Les cellules du système immunitaire et le COVID-19
Lymphopénie et rôle des lymphocytes dans la pathogénèse
Les lymphocytes peuvent grossièrement être divisés en lymphocytes T auxiliaires (CD4+) influençant la réponse d’autres cellules immunitaires, en lymphocytes T cytotoxiques (CD8+) impliqués dans la destruction de cellules infectées, en lymphocytes B producteurs d’anticorps et en lymphocytes NK cytotoxiques permettant une réponse rapide contre des agents pathogènes. La majorité des patients atteints de COVID-19 présentent une lymphopénie (1, 15) en lien avec la gravité de la pathologie, les taux totaux de lymphocytes semblant être plus bas chez les patients atteints de formes sévères et chez les patients décédés (1, 17, 27). L’analyse en cytométrie de flux des patients souffrant de COVID-19 démontrent une diminution des lymphocytes NK, B et T CD4+ et CD8+ (17, 28-30) dans le sang et le LBA, et, en particulier des NK et des T chez les patients les plus sévères (26, 29-31). La lymphopénie semble transitoire et dure 2 à 3 semaines (31, 32). Encore mal connus, les mécanismes de cette lymphopénie pourraient impliquer (a) un déficit de production par sidération médullaire, (b) un regroupement des lymphocytes au sein des organes atteints ou des organes lymphoïdes et/ou (c) une destruction de ces cellules par apoptose, effet cytotoxique direct du virus ou par hémophagocytose intra-médullaire ou périphérique (e.a. dans le poumon).
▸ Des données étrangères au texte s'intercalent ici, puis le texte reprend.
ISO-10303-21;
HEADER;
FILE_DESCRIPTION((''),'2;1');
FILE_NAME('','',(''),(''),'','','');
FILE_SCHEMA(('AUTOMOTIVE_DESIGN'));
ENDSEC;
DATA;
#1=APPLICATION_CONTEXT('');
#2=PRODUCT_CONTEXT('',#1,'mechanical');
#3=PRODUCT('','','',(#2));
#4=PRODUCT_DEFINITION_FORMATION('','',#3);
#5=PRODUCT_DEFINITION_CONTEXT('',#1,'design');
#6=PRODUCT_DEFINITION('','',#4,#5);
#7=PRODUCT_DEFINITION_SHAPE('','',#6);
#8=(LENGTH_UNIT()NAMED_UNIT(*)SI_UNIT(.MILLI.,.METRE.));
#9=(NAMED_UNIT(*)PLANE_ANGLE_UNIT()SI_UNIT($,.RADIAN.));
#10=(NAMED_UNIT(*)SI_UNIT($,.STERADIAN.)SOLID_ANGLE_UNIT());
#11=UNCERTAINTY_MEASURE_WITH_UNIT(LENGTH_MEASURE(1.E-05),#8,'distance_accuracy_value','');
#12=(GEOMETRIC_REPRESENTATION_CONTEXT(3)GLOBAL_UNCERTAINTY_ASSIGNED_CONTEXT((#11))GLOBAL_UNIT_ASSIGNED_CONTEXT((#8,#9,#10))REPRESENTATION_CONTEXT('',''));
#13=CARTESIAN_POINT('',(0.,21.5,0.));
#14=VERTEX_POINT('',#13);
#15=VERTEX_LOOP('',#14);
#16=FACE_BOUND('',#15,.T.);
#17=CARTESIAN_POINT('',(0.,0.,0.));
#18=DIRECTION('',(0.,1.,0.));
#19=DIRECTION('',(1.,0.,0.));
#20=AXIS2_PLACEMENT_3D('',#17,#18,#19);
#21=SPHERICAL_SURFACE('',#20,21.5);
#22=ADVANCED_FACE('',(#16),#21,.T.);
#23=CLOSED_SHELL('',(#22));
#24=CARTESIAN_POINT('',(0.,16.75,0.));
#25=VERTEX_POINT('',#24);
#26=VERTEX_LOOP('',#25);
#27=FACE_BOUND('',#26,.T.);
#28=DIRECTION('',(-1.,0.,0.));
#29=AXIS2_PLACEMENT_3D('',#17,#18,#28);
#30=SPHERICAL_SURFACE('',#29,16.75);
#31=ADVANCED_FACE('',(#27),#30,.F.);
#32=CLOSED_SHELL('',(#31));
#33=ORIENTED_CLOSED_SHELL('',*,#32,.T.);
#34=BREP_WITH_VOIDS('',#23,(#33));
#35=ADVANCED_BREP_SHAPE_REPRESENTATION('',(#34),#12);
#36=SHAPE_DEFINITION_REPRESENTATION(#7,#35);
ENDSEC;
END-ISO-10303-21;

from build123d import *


with BuildPart() as part:
    # Sketch1 → Revolve1 (revolve)
    with BuildSketch(Plane.XY):
        with BuildLine():
            Line((0, 21.5), (0, 16.75))
            ThreePointArc((0, 16.75), (-16.75, 0), (0, -16.75))
            Line((0, -16.75), (0, -21.5))
            ThreePointArc((0, -21.5), (-21.5, 0), (0, 21.5))
        make_face()
    revolve(axis=Axis((0, 105.084210526, 0), (0, -1, 0)))


solid = part.part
Les lymphocytes des patients ne semblent pas être infectés par le virus (33). À noter cependant que le virus est capable d’infecter des lymphocytes in vitro, sans réplication (34), entrainant leur apoptose. En outre, les cellules myéloïdes des patients COVID-19 expriment p53 (35) et les lymphocytes dans les structures lymphoïdes secondaires Fas (un récepteur de la mort cellulaire programmée), ce qui renforce l’hypothèse d’une augmentation de l’apoptose de ces cellules immunitaires (36)
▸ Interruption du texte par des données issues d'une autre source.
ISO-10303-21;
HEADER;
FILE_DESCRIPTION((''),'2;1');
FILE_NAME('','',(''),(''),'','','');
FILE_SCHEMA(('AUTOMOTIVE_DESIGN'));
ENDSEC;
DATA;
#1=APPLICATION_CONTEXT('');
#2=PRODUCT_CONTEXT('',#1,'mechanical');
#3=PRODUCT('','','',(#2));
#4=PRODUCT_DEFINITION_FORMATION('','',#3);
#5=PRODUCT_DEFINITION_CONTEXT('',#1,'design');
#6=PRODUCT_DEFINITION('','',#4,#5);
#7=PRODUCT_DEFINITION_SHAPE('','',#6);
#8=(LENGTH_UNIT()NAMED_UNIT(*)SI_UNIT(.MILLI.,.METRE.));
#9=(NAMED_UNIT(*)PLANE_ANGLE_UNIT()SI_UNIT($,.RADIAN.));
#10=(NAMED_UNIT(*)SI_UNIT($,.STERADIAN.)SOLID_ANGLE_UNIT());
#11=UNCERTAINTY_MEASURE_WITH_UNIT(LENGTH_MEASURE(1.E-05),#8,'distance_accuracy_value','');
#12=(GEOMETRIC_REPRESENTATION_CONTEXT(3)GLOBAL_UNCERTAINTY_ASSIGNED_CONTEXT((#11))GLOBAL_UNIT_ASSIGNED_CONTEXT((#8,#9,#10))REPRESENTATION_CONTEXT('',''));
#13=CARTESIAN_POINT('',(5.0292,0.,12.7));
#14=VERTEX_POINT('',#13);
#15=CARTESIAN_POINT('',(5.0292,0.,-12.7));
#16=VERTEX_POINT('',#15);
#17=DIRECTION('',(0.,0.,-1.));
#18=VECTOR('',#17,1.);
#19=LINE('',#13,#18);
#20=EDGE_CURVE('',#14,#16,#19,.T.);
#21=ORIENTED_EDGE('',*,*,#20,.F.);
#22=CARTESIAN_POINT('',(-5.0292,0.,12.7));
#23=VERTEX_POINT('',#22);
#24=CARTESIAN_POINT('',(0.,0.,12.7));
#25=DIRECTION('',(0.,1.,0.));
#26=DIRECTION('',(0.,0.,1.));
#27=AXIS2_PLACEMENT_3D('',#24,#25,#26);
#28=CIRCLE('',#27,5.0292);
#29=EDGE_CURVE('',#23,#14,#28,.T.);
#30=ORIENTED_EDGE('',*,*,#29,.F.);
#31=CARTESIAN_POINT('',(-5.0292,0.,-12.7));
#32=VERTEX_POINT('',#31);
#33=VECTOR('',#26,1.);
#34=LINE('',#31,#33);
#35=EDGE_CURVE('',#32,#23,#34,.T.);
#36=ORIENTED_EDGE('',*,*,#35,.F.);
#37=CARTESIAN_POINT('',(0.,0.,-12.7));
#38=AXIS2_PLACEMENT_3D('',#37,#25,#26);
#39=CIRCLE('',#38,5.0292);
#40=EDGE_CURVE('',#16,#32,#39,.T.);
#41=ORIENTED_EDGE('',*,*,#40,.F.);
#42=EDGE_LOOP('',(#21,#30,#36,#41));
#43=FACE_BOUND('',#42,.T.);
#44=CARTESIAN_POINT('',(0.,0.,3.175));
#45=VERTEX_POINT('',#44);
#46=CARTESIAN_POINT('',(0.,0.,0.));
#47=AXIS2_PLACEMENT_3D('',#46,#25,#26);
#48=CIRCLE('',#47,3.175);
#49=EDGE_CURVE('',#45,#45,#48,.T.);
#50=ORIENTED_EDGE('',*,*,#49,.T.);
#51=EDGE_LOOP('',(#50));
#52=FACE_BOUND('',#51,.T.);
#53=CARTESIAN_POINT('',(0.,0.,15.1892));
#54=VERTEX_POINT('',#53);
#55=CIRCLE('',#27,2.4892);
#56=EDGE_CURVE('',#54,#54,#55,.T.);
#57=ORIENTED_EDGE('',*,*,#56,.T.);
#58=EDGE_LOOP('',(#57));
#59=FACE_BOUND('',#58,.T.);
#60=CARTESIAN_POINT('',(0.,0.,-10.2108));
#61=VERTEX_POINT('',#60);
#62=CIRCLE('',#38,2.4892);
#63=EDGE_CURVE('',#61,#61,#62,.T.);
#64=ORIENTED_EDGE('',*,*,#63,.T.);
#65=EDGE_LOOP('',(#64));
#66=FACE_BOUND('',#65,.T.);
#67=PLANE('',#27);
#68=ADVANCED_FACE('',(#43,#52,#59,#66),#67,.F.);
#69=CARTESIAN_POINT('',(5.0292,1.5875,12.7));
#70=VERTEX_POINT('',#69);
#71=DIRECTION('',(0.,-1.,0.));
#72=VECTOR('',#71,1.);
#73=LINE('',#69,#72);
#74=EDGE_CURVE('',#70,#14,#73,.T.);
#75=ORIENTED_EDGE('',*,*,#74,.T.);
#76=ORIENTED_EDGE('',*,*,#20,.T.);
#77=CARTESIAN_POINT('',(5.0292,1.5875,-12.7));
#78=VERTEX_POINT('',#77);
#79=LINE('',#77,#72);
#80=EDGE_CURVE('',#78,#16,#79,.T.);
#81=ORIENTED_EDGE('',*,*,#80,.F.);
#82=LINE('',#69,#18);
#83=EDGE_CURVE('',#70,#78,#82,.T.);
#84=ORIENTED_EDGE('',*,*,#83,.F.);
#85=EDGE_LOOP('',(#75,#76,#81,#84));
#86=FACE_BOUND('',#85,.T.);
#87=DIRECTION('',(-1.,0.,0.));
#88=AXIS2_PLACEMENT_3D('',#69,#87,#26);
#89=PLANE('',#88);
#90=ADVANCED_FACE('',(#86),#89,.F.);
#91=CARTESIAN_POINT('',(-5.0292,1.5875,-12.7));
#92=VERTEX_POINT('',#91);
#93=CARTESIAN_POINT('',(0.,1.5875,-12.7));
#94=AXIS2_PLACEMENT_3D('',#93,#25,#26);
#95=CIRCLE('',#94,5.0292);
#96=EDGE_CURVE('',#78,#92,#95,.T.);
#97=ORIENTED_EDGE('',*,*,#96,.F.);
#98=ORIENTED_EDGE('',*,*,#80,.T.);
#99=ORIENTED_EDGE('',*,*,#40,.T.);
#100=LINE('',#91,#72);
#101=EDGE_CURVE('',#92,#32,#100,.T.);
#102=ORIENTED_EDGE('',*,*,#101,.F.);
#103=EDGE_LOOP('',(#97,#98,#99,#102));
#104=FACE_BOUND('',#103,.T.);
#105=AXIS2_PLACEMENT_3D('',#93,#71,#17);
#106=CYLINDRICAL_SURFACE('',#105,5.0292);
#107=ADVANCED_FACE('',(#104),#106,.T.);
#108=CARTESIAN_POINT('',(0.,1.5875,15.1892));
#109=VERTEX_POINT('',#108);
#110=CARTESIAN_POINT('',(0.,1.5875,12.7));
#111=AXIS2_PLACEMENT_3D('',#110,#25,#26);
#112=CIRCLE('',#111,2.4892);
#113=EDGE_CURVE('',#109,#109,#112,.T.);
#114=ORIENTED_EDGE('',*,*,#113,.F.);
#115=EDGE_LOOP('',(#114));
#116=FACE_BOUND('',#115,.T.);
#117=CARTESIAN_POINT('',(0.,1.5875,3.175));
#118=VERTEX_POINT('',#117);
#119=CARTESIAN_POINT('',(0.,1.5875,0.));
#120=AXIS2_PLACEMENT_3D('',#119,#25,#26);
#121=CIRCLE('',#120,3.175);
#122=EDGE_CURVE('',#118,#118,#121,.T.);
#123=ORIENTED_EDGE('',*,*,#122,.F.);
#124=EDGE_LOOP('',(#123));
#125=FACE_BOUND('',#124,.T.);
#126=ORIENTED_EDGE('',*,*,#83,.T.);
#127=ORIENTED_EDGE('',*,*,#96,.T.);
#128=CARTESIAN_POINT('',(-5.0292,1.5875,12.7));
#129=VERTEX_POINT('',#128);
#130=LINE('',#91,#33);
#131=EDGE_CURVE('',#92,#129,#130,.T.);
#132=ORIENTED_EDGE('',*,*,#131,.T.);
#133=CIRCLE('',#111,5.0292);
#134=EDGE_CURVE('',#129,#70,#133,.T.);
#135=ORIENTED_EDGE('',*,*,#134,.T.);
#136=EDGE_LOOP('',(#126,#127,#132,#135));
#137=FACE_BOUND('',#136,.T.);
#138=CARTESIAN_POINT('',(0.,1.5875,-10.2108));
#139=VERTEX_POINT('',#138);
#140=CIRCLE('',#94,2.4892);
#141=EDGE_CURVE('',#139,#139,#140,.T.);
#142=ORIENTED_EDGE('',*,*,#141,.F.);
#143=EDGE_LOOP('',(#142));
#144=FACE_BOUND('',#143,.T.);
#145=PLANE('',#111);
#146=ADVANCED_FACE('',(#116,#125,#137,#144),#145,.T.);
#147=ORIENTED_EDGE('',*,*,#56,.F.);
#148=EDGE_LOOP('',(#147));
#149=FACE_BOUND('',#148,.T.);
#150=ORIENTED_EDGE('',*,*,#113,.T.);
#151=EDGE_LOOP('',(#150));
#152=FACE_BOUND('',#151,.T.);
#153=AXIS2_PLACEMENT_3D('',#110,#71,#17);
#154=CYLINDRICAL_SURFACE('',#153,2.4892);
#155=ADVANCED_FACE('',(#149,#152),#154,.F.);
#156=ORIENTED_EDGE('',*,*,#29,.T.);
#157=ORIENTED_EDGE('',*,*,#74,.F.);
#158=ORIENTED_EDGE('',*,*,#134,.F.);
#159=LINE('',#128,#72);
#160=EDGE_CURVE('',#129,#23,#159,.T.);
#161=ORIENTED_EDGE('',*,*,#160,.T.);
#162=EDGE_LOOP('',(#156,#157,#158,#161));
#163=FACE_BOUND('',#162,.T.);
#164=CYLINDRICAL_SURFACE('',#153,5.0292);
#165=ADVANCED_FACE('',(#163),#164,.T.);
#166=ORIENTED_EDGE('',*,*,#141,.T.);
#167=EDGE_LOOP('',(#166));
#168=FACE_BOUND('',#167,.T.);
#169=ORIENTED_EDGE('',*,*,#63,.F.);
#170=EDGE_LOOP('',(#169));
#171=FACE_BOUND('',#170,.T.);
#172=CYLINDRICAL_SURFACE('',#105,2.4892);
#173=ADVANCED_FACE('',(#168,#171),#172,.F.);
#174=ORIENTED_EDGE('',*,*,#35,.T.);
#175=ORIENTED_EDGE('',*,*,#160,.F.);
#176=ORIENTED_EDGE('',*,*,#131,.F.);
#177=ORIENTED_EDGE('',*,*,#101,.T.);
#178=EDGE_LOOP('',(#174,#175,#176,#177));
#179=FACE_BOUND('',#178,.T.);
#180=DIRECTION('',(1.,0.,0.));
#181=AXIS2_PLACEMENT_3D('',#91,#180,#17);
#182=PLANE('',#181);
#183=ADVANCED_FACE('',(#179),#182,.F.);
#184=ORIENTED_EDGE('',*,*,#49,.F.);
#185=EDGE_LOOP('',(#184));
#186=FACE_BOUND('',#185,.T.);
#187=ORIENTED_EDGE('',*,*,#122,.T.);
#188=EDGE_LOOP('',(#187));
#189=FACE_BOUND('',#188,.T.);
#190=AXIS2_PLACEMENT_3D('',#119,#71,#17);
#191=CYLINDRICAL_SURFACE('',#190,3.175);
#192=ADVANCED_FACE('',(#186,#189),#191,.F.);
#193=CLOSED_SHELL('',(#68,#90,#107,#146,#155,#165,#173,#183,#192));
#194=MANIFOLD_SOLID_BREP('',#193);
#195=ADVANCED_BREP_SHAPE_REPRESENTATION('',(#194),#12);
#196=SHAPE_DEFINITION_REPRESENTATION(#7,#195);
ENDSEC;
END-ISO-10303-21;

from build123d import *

# Parameters (mm, degrees)
SKETCH1_R           = 3.175
SKETCH1_R_2         = 2.4892
BOSS_EXTRUDE1_DEPTH = 1.5875


with BuildPart() as part:
    # Sketch1 → Boss-Extrude1 (new body)
    with BuildSketch(Plane(origin=(0, 0, 0), x_dir=(1, 0, 0), z_dir=(0, 1, 0))):
        with BuildLine():
            Line((5.0292, -12.7), (5.0292, 12.7))
            ThreePointArc((5.0292, 12.7), (0, 17.7292), (-5.0292, 12.7))
            Line((-5.0292, 12.7), (-5.0292, -12.7))
            ThreePointArc((-5.0292, -12.7), (0, -17.7292), (5.0292, -12.7))
        make_face()
        with Locations(Location((0, 0, 0), (0, 0, 270))):
            Circle(SKETCH1_R, mode=Mode.SUBTRACT)
        with Locations(Location((0, 12.7, 0), (0, 0, 270))):
            Circle(SKETCH1_R_2, mode=Mode.SUBTRACT)
        with Locations(Location((0, -12.7, 0), (0, 0, 270))):
            Circle(SKETCH1_R_2, mode=Mode.SUBTRACT)
    extrude(amount=BOSS_EXTRUDE1_DEPTH)


solid = part.part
Enfin, les lymphocytes T de patients sévères expriment plus de marqueurs d’activation (19) (correspondant à des cellules stimulées par des cellules présentatrices d’antigènes) et de marqueurs d’épuisement tels que NKG2A (29), ce qui pourrait interférer avec leur fonction. Les lymphocytes T de patients COVID possèdent aussi moins de marquage intracellulaire pour l’interféron-γ, le granzyme B ou le TNF-α (29) et la population de lymphocytes T multifonctionnels (i.e. exprimant plusieurs cytokines) est diminuée (37). A contrario, on retrouve chez ces mêmes patients sévères des lymphocytes CD4+ exprimant plus de GM-CSF, une cytokine stimulatrice du système immunitaire (38, 39).
Neutrophiles et COVID
Les patients atteints de formes sévères du COVID-19 présentent un taux de neutrophiles dans le sang et dans le lavage broncho-alvéolaire majorés par rapport aux malades modérés (26, 29, 40) et le ratio neutrophiles-lymphocytes semble être prédicteur de la mortalité (17, 41). Bien que leur rôle dans la pathologie soit encore mal déterminé, ces cellules pourraient être impliquées dans la cascade inflammatoire délétère via leurs Neutrophil Extracellular Traps (NETs), des filets constitués de molécules d’acide désoxyribonucléique (ADN), d’histones et de molécules inflammatoires et (42). En effet, ces NETs ont été impliqués dans des modèles d’ARDS liés à l’influenza (43) et ont été liés à des cytokines augmentées dans le COVID comme l’IL-1β ou IL-6 ainsi qu’avec des évènements thrombotiques (42) dont la fréquence est majorée dans la maladie. Les résultats d’une étude monocentrique suggèrent une corrélation entre la présence de NET et la mortalité liée au COVID-19 (44). De plus, l’exposition de neutrophiles sains à du sérum de patients COVID induisait la production de NET, établissant ainsi un lien potentiel avec la pathologie (44).
Monocytes et macrophages
Les macrophages et les monocytes ont été impliqués dans les formes sévères de SARS (5, 45) et l’infiltration du poumon par des macrophages dérivés de monocytes est liée au développement d’une atteinte pulmonaire sévère dans un modèle expérimental (21). L’analyse du BAL de patients infectés par le SARS-CoV-2 a permis de mettre en évidence une perte des macrophages alvéolaires « classiques » (cellules résidentes alvéolaires impliquées dans la défense immunitaire et l’homéostasie pulmonaire) et une majoration de macrophages dérivés de monocytes (MoMa) présentant un profil pro-inflammatoire. Ces derniers produisent plusieurs chimiokines, dont CCL2 qui est impliquée dans le recrutement de monocytes circulant vers les organes, créant probablement une boucle de renforcement (19, 26). Au niveau sanguin, les monocytes inflammatoires étaient retrouvés en quantité importante chez les sujets graves.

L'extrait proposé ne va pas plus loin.